We were even in a young married couples group that acted as our group therapy second to our couples counseling we had weekly. The group had a rule: you would talk to your spouse first about what you want and didn’t want to be shared with the group. I would list things I didn’t want to be shared, but he made sure to always speak before me in group. He would tell our young married couples group about how he was depressed and felt unloved by me due to me not speaking his love language well, to watching too much TV, to not talking to him enough. I was constantly caught off guard in front of this group. I felt if I spoke after him about my grief or his verbal abuse or how he’d throw things, slam things, scream in my face, that it wouldn’t matter. He painted a beautiful picture of how I was an unsupportive wife who was selfish and apathetic. I remember a wife’s response to his comment one times distinctly. She said, “I could never treat my husband that way, especially if I knew he was hurting.” As soon as she said that, he turned to me and smirked. I stopped speaking up and sharing in group. Something I once found respite in where I felt that I could be understood became something I no longer looked forward to.
In March of 2020, I told him that I wanted to separate and spend 2 weeks with my friend. We had been arguing every day. I had lost my job, which was our primary source of income. I was applying to roughly 10 jobs a day, trying to find something. I was stressed. He said no and that I was disobeying God for even thinking of separation. He said he’s rather be roommates in a disappointing marriage for the rest of his life than disobey God. I told him if we didn’t separate now, we will be divorced by the end of the year. He still refused to let me go to my friends.

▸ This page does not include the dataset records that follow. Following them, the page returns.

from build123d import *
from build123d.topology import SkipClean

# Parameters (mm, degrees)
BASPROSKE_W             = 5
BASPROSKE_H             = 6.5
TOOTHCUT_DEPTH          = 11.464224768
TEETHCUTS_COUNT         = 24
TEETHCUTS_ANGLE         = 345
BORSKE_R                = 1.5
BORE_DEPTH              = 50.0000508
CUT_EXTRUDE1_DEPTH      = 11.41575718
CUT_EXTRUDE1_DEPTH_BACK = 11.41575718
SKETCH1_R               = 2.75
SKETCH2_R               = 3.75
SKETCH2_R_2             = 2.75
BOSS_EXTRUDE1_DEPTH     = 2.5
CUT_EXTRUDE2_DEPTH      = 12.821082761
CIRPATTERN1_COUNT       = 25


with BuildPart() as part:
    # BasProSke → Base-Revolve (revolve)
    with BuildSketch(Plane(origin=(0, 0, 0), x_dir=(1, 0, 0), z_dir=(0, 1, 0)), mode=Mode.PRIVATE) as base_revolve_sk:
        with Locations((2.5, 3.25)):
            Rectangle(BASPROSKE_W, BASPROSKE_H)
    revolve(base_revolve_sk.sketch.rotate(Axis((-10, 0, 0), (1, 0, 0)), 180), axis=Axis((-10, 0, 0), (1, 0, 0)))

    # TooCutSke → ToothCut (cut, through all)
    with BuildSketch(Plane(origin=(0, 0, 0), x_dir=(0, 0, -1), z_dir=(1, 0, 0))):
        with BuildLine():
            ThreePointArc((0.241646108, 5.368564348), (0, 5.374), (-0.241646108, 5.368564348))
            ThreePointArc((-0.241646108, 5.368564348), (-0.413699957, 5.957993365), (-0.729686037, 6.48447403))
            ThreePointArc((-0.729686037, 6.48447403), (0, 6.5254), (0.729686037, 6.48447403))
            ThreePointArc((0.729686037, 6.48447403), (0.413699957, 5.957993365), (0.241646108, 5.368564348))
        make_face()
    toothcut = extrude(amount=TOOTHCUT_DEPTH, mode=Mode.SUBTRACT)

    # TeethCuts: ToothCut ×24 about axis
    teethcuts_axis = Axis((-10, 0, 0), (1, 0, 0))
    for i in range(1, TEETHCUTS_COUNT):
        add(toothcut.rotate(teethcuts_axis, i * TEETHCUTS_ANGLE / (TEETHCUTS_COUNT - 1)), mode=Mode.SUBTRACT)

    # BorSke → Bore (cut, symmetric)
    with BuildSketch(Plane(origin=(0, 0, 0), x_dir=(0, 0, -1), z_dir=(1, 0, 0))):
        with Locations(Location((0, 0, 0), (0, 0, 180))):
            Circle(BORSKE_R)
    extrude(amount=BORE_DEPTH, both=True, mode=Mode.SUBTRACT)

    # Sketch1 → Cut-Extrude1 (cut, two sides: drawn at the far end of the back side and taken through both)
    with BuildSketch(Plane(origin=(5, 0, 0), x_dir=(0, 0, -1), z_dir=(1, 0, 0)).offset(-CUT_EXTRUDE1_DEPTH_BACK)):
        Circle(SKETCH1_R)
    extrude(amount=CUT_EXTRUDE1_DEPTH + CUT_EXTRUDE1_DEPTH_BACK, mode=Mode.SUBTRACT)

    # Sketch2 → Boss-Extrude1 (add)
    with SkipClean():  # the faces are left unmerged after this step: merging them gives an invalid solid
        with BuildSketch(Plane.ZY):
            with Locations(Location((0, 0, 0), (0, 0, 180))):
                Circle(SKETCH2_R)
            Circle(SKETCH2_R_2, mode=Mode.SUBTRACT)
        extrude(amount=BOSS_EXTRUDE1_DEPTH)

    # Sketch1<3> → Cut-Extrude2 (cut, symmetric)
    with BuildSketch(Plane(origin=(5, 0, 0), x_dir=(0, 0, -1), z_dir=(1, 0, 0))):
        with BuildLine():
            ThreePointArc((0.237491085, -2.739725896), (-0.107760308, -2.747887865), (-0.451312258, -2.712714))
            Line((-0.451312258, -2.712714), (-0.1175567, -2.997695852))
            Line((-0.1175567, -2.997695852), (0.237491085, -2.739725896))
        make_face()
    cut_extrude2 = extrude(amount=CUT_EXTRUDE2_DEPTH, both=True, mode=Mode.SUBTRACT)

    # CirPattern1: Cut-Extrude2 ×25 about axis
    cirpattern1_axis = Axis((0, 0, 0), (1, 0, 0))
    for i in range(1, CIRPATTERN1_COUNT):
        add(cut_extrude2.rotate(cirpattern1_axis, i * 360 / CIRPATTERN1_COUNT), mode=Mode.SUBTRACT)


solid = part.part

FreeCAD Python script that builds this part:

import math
import FreeCAD as App
import Part
import Sketcher
from FreeCAD import Vector
Q = App.Units.Quantity


def add_polygon(sketch, points):
    """Adds a closed chain of lines whose ends are joined by coincident constraints."""
    first, n = sketch.GeometryCount, len(points)
    for a, b in zip(points, points[1:] + points[:1]):
        sketch.addGeometry(Part.LineSegment(App.Vector(*a, 0), App.Vector(*b, 0)), False)
    for i in range(n):
        sketch.addConstraint(Sketcher.Constraint("Coincident", first + i, 2, first + (i + 1) % n, 1))

doc = App.newDocument("Part")
body = doc.addObject("PartDesign::Body", "Body")

# Sketch on XZ plane
sketch1 = body.newObject("Sketcher::SketchObject", "Sketch")
sketch1.AttachmentSupport = (doc.getObject("XZ_Plane"), [""])
sketch1.MapMode = "FlatFace"
add_polygon(sketch1, [(0, -6), (0, 0), (5, 0), (5, -6)])  # lines 0-3
sketch1.addConstraint([
    Sketcher.Constraint("Vertical", 0),
    Sketcher.Constraint("Horizontal", 1),
    Sketcher.Constraint("Vertical", 2),
    Sketcher.Constraint("Horizontal", 3),
    Sketcher.Constraint("Coincident", 0, 2, -1, 1),
    Sketcher.Constraint("DistanceX", 1, 1, 1, 2, Q("5 mm")),
    Sketcher.Constraint("DistanceY", 0, 1, 0, 2, Q("6.5 mm")),
])
revolution = body.newObject("PartDesign::Revolution", "Revolution")
revolution.Profile = sketch1
revolution.ReferenceAxis = (sketch1, ["H_Axis"])
revolution.Angle = 360

# Sketch on YZ plane
sketch2 = body.newObject("Sketcher::SketchObject", "Sketch001")
sketch2.AttachmentSupport = (doc.getObject("YZ_Plane"), [""])
sketch2.MapMode = "FlatFace"
sketch2.addGeometry([
    Part.ArcOfCircle(Part.Circle(Vector(0, 0, 0), Vector(0, 0, 1), 5.37), math.radians(-2.58), math.radians(2.58)),
    Part.ArcOfCircle(Part.Circle(Vector(5, -2.61, 0), Vector(0, 0, 1), 2.4), math.radians(52), math.radians(81)),
    Part.ArcOfCircle(Part.Circle(Vector(0, 0, 0), Vector(0, 0, 1), 6.53), math.radians(-6.42), math.radians(6.42)),
    Part.ArcOfCircle(Part.Circle(Vector(5, 2.61, 0), Vector(0, 0, 1), 2.4), math.radians(-81), math.radians(-52)),
], False)
sketch2.addConstraint([
    Sketcher.Constraint("Coincident", 0, 1, 1, 2),
    Sketcher.Constraint("Coincident", 1, 1, 2, 1),
    Sketcher.Constraint("Coincident", 2, 2, 3, 2),
    Sketcher.Constraint("Coincident", 3, 1, 0, 2),
    Sketcher.Constraint("Coincident", 0, 3, -1, 1),
    Sketcher.Constraint("Coincident", 2, 3, -1, 1),
    Sketcher.Constraint("Equal", 1, 3),
    Sketcher.Constraint("Symmetric", 1, 3, 3, 3, -1),
    Sketcher.Constraint("Radius", 1, Q("2.4 mm")),
    Sketcher.Constraint("Radius", 0, Q("5.374 mm")),
    Sketcher.Constraint("Radius", 2, Q("6.5254 mm")),
    Sketcher.Constraint("DistanceY", 1, 3, -1, 1, Q("2.612601 mm")),
    Sketcher.Constraint("DistanceX", -1, 1, 1, 3, Q("4.99631 mm")),
])
pocket1 = body.newObject("PartDesign::Pocket", "Pocket")
pocket1.Profile = sketch2
pocket1.Type = "ThroughAll"
pocket1.Reversed = True
doc.recompute()

polarpattern = body.newObject("PartDesign::PolarPattern", "PolarPattern")
polarpattern.Originals = [pocket1]
polarpattern.Axis = (doc.getObject("X_Axis"), [""])
polarpattern.Angle = 360
polarpattern.Occurrences = 24
body.Tip = polarpattern

# Sketch on YZ plane
sketch3 = body.newObject("Sketcher::SketchObject", "Sketch002")
sketch3.AttachmentSupport = (doc.getObject("YZ_Plane"), [""])
sketch3.MapMode = "FlatFace"
sketch3.addGeometry(Part.Circle(Vector(0, 0, 0), Vector(0, 0, 1), 1.5), False)
sketch3.addConstraint([
    Sketcher.Constraint("Coincident", 0, 3, -1, 1),
    Sketcher.Constraint("Diameter", 0, Q("3 mm")),
])
pocket2 = body.newObject("PartDesign::Pocket", "Pocket001")
pocket2.Profile = sketch3
pocket2.Length = 100.000102
pocket2.Midplane = True

# Sketch on YZ plane
sketch4 = body.newObject("Sketcher::SketchObject", "Sketch003")
sketch4.AttachmentSupport = (doc.getObject("YZ_Plane"), [""])
sketch4.MapMode = "FlatFace"
sketch4.AttachmentOffset = App.Placement(Vector(0, 0, 5), App.Rotation())
sketch4.addGeometry(Part.Circle(Vector(0, 0, 0), Vector(0, 0, 1), 2.8), False)
sketch4.addConstraint([
    Sketcher.Constraint("Coincident", 0, 3, -1, 1),
    Sketcher.Constraint("Diameter", 0, Q("5.5 mm")),
])
pocket3 = body.newObject("PartDesign::Pocket", "Pocket002")
pocket3.Profile = sketch4
pocket3.Type = "ThroughAll"
pocket3.Midplane = True

# Sketch on YZ plane
sketch5 = body.newObject("Sketcher::SketchObject", "Sketch004")
sketch5.AttachmentSupport = (doc.getObject("YZ_Plane"), [""])
sketch5.MapMode = "FlatFace"
sketch5.addGeometry([
    Part.Circle(Vector(0, 0, 0), Vector(0, 0, 1), 3.8),
    Part.Circle(Vector(0, 0, 0), Vector(0, 0, 1), 2.8),
], False)
sketch5.addConstraint([
    Sketcher.Constraint("Coincident", 0, 3, -1, 1),
    Sketcher.Constraint("Coincident", 1, 3, -1, 1),
    Sketcher.Constraint("Diameter", 0, Q("7.5 mm")),
    Sketcher.Constraint("Diameter", 1, Q("5.5 mm")),
])
pad1 = body.newObject("PartDesign::Pad", "Pad")
pad1.Profile = sketch5
pad1.Length = 2.5
pad1.Reversed = True

# Sketch on YZ plane
sketch6 = body.newObject("Sketcher::SketchObject", "Sketch005")
sketch6.AttachmentSupport = (doc.getObject("YZ_Plane"), [""])
sketch6.MapMode = "FlatFace"
sketch6.AttachmentOffset = App.Placement(Vector(0, 0, 5), App.Rotation())
sketch6.addGeometry([
    Part.ArcOfCircle(Part.Circle(Vector(0, 0, 0), Vector(0, 0, 1), 2.75), math.radians(170.55), math.radians(184.95)),
    Part.LineSegment(Vector(-2.71, 0.45, 0), Vector(-3, 0.12, 0)),
    Part.LineSegment(Vector(-3, 0.12, 0), Vector(-2.74, -0.24, 0)),
], False)
sketch6.addConstraint([
    Sketcher.Constraint("Coincident", 0, 1, 1, 1),
    Sketcher.Constraint("Coincident", 1, 2, 2, 1),
    Sketcher.Constraint("Coincident", 2, 2, 0, 2),
    Sketcher.Constraint("Coincident", 0, 3, -1, 1),
    Sketcher.Constraint("Equal", 1, 2),
    Sketcher.Constraint("Radius", 0, Q("2.75 mm")),
    Sketcher.Constraint("Distance", 1, Q("0.438871 mm")),
    Sketcher.Constraint("DistanceY", 2, 2, -1, 1, Q("0.237491 mm")),
    Sketcher.Constraint("DistanceX", 1, 2, 0, 1, Q("0.284982 mm")),
])
pocket4 = body.newObject("PartDesign::Pocket", "Pocket003")
pocket4.Profile = sketch6
pocket4.Length = 25.642166
pocket4.Midplane = True
doc.recompute()

polarpattern2 = body.newObject("PartDesign::PolarPattern", "PolarPattern001")
polarpattern2.Originals = [pocket4]
polarpattern2.Axis = (doc.getObject("X_Axis"), [""])
polarpattern2.Angle = 360
polarpattern2.Occurrences = 25
body.Tip = polarpattern2

doc.recompute()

Through more manipulation, verbal and mental abuse, we hit our peak. I had had enough and told him I wanted a divorce. He left our home and began telling some of the husbands in our young married group that I was the abusive one. That I gaslit him and had a bad temper. He even went as far to say that my best friend was a bad influence on me and the divorce was my friends idea. In a group message with our young married couples, he informed them that I was the one breaking our covenant to God, not him. That since he wasn’t initiating the divorce, and I quote, “I will remain faithful to Aly and the vow I made to her. I look forward to when we will be reunited in heaven as husband and wife. As the gospel says, come, Jesus, come!”
Even after our divorce, when family asked what happened, I never told the worst of it. I told people the emotional and verbal abuse, how we fought all the time. It wasn’t until Feb. of 2021 when I met my step mom for lunch and I decided to tell her the full truth and as I was telling her the situations I found myself in with him did I realize that I actually experienced rape and sexual assault in my marriage.
Even to this day, not a lot of people know the details of the trauma I experienced. A lot of it was due to me processing it all and doing my best to be a better person. Better at communicating, better at speaking love languages for myself, my future partner and my friends. To be better at noticing triggers and getting to the root of them. Better at setting standards for my dating life and what I wanted to bring to the table. Better at apologizing and taking accountability both in my personal and professional life, instead of making excuses. Better at noticing if I was responsible for gaslighting or selfish tendencies and finding ways to work through them without placing blame on the other party.
Emotional, mental, verbal, spiritual and sexual abuse can be experienced at any capacity. All are damaging like physical abuse is. If you find yourself resonating with my story, you aren’t alone. There are resources out there to help you get out of whatever situation you’re in. You aren’t who your abusers say you are or make you out to be.